The Hopson court also addressed the concern of improper verdicts in a loss of consortium claim and turned to other jurisdictions for guidance. An improper verdict, according to the Hopson court, was one where the spouse failed to establish a claim for an element of consortium, such as loss of companionship, but the jury returns a verdict in favor of that element nonetheless. The court in Hopson suggested that Connecticut follow those jurisdictions that addressed the problem of improper verdicts by recommending that claims by spouses, for either physical injuries or loss of consortium, be tried before the same trier of fact. Therefore, joinder of the underlying claims with the consortium claim would ensure that the same trier of fact would hear both claims simultaneously.

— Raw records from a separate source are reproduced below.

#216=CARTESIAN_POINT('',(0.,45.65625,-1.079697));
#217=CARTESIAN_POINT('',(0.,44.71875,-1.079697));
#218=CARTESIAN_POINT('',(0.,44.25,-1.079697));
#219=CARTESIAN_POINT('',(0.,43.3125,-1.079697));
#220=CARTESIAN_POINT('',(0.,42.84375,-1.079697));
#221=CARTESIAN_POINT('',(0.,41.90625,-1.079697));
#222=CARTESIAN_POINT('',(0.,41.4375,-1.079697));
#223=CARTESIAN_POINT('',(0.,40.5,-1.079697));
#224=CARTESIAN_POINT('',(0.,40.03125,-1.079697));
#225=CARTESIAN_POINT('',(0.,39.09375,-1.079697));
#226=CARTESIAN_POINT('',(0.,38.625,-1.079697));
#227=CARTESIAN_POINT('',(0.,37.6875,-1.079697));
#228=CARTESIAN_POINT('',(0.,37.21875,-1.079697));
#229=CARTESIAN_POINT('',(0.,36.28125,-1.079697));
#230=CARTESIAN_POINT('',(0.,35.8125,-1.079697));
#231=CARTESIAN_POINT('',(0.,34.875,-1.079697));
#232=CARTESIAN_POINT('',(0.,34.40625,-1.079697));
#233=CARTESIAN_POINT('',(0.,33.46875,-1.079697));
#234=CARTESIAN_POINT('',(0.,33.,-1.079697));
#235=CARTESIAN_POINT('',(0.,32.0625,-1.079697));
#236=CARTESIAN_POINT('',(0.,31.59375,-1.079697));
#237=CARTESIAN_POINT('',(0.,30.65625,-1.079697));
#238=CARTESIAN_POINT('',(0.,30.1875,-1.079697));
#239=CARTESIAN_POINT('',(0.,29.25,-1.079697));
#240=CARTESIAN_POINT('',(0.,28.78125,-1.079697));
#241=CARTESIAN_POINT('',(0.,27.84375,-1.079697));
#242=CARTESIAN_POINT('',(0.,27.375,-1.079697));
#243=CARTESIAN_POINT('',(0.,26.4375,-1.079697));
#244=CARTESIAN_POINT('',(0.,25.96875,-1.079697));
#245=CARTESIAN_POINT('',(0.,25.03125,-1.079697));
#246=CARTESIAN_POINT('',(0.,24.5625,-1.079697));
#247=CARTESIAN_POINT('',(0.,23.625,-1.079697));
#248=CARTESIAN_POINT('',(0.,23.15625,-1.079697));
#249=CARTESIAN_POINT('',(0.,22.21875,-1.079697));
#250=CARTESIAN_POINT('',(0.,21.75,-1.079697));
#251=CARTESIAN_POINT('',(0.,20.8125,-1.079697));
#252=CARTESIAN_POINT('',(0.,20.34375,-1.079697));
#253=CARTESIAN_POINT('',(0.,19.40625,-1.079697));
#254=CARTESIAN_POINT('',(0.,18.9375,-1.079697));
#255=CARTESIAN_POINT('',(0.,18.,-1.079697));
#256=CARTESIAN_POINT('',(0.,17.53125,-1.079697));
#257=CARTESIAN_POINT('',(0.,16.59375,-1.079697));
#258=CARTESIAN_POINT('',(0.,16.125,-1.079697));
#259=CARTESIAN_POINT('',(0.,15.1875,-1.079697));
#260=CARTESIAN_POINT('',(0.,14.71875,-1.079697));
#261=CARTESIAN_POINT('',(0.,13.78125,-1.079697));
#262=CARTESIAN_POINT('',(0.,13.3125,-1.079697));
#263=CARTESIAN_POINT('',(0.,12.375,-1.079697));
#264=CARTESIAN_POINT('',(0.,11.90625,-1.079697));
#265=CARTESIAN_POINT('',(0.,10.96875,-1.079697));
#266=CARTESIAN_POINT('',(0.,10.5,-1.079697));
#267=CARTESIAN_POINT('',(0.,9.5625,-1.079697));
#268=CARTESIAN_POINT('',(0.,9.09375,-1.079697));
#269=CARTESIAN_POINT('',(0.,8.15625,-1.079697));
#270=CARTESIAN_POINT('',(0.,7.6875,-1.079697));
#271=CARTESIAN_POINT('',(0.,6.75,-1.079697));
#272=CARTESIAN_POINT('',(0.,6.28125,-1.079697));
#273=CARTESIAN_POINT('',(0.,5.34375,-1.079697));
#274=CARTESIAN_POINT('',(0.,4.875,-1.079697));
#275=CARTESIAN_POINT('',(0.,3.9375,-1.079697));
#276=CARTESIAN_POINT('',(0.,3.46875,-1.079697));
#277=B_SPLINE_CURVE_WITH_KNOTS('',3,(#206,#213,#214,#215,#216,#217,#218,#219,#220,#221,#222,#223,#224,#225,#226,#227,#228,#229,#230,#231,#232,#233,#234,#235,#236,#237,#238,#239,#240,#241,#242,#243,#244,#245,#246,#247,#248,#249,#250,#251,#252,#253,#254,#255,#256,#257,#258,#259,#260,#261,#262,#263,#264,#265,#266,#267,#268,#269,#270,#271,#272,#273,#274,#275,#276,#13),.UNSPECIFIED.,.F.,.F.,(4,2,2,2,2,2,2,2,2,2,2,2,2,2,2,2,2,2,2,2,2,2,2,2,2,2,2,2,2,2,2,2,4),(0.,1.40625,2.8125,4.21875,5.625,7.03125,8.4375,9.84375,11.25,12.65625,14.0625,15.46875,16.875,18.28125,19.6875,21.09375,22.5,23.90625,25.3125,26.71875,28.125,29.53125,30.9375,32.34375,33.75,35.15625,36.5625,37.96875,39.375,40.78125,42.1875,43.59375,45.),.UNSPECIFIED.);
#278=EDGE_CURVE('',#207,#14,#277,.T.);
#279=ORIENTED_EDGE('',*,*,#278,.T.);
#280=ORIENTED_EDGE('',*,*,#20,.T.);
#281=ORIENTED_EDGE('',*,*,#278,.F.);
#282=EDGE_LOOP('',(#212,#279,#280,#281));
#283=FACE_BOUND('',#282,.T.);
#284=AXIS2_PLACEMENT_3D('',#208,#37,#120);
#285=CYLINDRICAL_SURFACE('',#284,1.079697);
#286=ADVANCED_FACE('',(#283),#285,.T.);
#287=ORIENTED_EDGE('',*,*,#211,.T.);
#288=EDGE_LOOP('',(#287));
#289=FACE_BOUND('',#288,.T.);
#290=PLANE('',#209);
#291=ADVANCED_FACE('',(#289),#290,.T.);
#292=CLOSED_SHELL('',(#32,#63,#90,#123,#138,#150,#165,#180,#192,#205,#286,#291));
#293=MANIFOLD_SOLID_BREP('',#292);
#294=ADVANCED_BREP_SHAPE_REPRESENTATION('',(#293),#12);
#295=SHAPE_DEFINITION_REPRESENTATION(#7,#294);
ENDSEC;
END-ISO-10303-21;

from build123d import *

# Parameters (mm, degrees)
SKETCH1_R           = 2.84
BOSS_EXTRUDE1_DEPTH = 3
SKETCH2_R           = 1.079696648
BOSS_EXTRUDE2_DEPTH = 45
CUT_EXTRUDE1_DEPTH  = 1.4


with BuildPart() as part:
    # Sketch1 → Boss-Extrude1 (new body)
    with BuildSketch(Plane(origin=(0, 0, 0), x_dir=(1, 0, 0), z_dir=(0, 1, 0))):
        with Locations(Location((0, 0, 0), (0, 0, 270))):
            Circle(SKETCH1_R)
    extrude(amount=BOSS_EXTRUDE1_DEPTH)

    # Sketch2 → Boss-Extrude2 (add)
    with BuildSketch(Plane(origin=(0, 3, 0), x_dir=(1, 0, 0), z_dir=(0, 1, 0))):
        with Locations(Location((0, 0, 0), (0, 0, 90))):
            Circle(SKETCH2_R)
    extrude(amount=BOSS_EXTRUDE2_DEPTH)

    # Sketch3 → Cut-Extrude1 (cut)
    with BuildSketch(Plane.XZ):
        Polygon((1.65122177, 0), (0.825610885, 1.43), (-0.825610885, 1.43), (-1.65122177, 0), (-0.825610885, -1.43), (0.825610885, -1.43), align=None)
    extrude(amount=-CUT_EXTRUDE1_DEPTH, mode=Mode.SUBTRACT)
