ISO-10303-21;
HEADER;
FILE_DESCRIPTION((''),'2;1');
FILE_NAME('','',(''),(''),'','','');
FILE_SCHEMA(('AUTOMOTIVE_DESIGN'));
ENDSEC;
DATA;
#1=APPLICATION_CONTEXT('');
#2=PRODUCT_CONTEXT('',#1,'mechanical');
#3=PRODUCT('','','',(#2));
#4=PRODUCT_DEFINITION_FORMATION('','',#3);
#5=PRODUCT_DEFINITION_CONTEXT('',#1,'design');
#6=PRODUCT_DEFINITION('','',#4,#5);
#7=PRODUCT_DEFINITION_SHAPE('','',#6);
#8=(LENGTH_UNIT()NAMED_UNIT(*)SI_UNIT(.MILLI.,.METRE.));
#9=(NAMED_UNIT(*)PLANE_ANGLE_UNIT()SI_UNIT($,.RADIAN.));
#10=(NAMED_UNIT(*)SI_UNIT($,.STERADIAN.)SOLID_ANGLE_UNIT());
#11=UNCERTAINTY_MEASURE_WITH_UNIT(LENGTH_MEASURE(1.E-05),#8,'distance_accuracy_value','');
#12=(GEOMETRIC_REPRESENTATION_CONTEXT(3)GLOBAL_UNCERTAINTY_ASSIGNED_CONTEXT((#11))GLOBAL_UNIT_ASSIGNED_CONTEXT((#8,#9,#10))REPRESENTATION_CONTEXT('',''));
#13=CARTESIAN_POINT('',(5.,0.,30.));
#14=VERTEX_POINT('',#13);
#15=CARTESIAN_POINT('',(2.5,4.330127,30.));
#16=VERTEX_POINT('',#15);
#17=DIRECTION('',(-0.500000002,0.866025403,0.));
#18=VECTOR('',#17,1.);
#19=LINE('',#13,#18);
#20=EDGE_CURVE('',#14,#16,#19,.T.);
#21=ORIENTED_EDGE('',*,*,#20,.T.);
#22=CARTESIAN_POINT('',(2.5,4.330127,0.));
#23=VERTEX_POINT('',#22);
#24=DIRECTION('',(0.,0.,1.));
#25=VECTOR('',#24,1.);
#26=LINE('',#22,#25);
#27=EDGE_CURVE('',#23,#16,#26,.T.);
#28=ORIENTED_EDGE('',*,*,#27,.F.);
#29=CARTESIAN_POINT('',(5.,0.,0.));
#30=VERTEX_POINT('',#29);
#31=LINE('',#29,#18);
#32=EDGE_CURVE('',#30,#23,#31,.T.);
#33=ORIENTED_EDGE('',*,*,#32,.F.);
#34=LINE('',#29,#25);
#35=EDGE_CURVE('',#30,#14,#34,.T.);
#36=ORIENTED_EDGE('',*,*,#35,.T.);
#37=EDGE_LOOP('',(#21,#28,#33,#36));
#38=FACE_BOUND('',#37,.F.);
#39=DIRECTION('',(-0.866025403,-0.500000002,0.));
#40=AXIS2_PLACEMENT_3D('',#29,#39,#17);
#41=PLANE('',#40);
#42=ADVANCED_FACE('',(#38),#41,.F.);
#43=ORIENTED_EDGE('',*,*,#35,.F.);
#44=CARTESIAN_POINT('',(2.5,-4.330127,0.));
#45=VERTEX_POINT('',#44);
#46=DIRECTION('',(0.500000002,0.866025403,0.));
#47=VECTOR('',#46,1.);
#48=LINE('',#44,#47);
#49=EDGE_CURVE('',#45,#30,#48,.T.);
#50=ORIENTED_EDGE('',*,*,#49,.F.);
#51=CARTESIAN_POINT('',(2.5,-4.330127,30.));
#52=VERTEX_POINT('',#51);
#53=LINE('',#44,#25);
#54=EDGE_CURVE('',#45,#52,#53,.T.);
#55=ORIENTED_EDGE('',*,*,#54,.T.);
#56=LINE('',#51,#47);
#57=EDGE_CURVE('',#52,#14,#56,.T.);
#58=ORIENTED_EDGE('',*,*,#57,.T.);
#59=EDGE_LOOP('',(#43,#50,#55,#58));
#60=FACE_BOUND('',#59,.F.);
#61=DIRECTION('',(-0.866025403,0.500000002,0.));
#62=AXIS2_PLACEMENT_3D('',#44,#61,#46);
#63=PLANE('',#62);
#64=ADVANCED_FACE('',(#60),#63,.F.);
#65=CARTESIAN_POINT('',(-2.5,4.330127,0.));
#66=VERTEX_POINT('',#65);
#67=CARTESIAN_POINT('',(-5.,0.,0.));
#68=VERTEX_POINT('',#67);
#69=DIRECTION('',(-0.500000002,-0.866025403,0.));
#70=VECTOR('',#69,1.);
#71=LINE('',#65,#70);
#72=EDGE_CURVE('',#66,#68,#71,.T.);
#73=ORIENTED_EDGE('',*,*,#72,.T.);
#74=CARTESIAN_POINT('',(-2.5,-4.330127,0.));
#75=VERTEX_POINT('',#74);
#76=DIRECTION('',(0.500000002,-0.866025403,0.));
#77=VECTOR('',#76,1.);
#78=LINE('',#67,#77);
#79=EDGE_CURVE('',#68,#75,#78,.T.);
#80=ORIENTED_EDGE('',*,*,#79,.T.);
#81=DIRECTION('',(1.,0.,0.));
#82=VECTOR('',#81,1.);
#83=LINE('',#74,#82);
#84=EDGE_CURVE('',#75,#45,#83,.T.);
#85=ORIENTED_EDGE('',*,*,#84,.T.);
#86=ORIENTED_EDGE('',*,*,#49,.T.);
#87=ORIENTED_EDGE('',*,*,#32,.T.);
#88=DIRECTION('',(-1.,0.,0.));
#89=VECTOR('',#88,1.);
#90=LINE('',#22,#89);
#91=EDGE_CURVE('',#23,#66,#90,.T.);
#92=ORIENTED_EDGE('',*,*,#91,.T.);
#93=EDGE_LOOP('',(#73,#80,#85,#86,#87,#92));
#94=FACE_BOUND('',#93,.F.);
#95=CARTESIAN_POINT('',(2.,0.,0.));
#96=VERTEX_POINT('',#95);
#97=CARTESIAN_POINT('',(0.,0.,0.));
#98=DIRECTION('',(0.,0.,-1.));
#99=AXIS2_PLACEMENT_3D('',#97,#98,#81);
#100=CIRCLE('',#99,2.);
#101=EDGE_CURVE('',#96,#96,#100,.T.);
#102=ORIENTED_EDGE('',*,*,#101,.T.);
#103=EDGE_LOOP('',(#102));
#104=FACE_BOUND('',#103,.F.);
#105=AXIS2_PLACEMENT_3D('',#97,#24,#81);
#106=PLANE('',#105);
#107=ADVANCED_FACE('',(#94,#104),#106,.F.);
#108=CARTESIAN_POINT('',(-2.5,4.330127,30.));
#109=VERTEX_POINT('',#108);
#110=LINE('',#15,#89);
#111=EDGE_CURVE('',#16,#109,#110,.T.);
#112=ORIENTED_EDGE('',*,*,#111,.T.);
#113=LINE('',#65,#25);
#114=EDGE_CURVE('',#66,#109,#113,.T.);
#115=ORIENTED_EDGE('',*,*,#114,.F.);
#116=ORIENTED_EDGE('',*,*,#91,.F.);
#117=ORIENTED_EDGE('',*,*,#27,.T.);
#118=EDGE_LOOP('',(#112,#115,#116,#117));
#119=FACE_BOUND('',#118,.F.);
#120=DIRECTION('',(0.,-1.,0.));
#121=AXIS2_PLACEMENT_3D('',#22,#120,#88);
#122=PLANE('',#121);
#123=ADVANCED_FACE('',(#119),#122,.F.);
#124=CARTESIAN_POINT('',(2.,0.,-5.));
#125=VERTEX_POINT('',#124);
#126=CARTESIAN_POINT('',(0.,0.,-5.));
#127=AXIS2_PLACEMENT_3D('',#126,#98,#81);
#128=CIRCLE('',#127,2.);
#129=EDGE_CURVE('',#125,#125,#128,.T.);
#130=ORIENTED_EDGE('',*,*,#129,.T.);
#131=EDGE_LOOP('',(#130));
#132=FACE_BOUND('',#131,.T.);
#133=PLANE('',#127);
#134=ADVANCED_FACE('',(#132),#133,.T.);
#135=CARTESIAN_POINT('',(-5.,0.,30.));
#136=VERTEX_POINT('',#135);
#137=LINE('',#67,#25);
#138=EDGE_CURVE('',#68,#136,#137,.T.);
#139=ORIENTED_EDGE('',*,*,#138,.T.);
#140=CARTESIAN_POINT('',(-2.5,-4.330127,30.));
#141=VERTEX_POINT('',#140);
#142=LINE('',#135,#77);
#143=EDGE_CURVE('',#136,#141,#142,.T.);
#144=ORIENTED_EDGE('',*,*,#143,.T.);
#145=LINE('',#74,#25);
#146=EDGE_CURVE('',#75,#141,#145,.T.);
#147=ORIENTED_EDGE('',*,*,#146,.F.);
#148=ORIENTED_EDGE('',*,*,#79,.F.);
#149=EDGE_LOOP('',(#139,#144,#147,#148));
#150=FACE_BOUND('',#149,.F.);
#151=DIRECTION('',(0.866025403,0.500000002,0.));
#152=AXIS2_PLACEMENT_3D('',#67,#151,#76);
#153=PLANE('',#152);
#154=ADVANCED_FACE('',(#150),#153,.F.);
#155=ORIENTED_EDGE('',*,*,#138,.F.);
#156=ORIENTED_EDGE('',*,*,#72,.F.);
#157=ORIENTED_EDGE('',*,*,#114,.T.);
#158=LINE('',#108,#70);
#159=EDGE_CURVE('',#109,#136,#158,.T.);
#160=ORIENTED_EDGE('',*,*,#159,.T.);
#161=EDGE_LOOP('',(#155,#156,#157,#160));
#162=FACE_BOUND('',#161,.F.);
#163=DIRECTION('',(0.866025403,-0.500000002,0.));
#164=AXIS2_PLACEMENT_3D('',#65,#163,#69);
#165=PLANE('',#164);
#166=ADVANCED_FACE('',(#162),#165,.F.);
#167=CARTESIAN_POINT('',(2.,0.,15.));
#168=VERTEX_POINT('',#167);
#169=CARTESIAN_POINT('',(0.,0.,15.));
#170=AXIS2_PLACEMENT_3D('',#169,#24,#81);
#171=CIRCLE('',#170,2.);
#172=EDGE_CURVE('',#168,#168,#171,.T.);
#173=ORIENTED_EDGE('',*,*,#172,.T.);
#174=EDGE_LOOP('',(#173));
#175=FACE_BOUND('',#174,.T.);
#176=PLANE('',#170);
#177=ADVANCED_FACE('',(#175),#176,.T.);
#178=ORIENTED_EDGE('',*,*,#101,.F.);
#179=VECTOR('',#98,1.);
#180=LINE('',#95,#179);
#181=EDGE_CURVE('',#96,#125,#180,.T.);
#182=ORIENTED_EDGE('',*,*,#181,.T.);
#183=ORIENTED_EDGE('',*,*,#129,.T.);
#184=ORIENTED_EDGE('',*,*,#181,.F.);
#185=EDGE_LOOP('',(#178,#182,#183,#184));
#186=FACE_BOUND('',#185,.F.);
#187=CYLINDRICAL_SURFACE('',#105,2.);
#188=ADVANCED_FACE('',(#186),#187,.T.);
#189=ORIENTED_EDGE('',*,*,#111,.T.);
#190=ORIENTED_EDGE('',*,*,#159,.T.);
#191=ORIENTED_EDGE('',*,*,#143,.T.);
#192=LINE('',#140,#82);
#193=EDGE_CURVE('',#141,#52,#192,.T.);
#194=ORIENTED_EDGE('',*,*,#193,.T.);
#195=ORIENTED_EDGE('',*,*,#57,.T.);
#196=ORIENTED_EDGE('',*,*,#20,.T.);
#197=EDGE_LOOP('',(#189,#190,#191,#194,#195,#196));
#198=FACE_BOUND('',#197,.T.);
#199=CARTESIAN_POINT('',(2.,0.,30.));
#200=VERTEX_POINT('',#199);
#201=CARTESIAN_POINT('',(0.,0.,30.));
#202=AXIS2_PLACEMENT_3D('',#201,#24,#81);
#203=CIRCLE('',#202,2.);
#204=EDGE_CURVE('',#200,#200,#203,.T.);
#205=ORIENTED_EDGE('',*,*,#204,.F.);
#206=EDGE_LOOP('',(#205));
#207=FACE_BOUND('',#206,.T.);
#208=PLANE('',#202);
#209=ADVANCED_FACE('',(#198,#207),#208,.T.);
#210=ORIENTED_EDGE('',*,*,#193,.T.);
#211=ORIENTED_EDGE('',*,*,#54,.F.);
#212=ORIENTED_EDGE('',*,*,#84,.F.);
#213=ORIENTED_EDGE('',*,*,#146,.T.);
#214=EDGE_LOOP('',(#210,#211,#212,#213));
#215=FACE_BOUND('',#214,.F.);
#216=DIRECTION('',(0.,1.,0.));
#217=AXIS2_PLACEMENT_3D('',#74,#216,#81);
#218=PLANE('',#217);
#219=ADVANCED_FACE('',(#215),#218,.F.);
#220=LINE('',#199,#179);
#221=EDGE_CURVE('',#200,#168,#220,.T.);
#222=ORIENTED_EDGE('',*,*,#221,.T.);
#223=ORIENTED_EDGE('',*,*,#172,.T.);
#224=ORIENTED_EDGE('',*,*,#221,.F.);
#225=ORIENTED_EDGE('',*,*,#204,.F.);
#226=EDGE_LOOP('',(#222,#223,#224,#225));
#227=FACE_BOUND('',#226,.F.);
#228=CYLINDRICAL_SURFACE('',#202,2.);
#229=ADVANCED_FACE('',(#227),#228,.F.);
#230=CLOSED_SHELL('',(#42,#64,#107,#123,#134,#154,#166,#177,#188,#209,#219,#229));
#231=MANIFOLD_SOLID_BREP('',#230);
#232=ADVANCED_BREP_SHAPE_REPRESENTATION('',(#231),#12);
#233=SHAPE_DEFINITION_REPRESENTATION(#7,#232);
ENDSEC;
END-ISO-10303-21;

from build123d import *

# Parameters (mm, degrees)
EXTRUDE002_DEPTH = 30
SKETCH010_R      = 2
POCKET002_DEPTH  = 15
SKETCH011_R      = 2
EXTRUDE004_DEPTH = 5


with BuildPart() as pocket002:
    # Sketch008 → Extrude002 (new body)
    with BuildSketch(Plane.XY):
        Polygon((5, 0), (2.5, 4.330127), (-2.5, 4.330127), (-5, 0), (-2.5, -4.330127), (2.5, -4.330127), align=None)
    extrude(amount=EXTRUDE002_DEPTH)

    # Sketch010 → Pocket002 (cut)
    with BuildSketch(Plane.XY.offset(30)):
        Circle(SKETCH010_R)
    extrude(amount=-POCKET002_DEPTH, mode=Mode.SUBTRACT)


with BuildPart() as stendoffmodel:
    # Sketch011 → Extrude004 (new body)
    with BuildSketch(Plane(origin=(0, 0, 0), x_dir=(1, 0, 0), z_dir=(0, 0, -1))):
        Circle(SKETCH011_R)
    extrude(amount=EXTRUDE004_DEPTH)

    # Fusion: union Pocket002
    add(pocket002.part)


solid = stendoffmodel.part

[1] Black's Law Dictionary defines "consortium" as "the benefits that one person, especially a spouse, is entitled to receive from another, including companionship, cooperation, affection, aid, and (between spouses) sexual relations." Black's Law Dictionary 304 (7 th ed. 1999). Black's Law Dictionary defines "loss of consortium" as "a loss of the benefits that one spouse is entitled to receive from the other, including companionship, cooperation, aid, affection, and sexual relations. Loss of consortium can be recoverable as damages in a personal-injury or wrongful-death action." Id. at 958.

[2] See P. Keeton, et al, Prosser & Keeton on the Law of Torts 124, at 881 (4 th ed. 1971).

[3] Marri v. Stamford Street R. Co., 84 Conn. 9 (1911).

[4] The Court granted this right to spouses married at the time the directly harmed spouse incurred the injury. Betrothed and divorced individuals cannot recover for loss of consortium because the "formal marriage relations forms the necessary touchstone o determine the strength of commitment between the two individuals which give rise to the existence of consortium between them in the first instance." Gurliacci v. Mayer, 218 Conn. 531, 562-63 (1991).

[5] Hopson v. St. Mary's Hospital, 176 Conn. 485 (1979).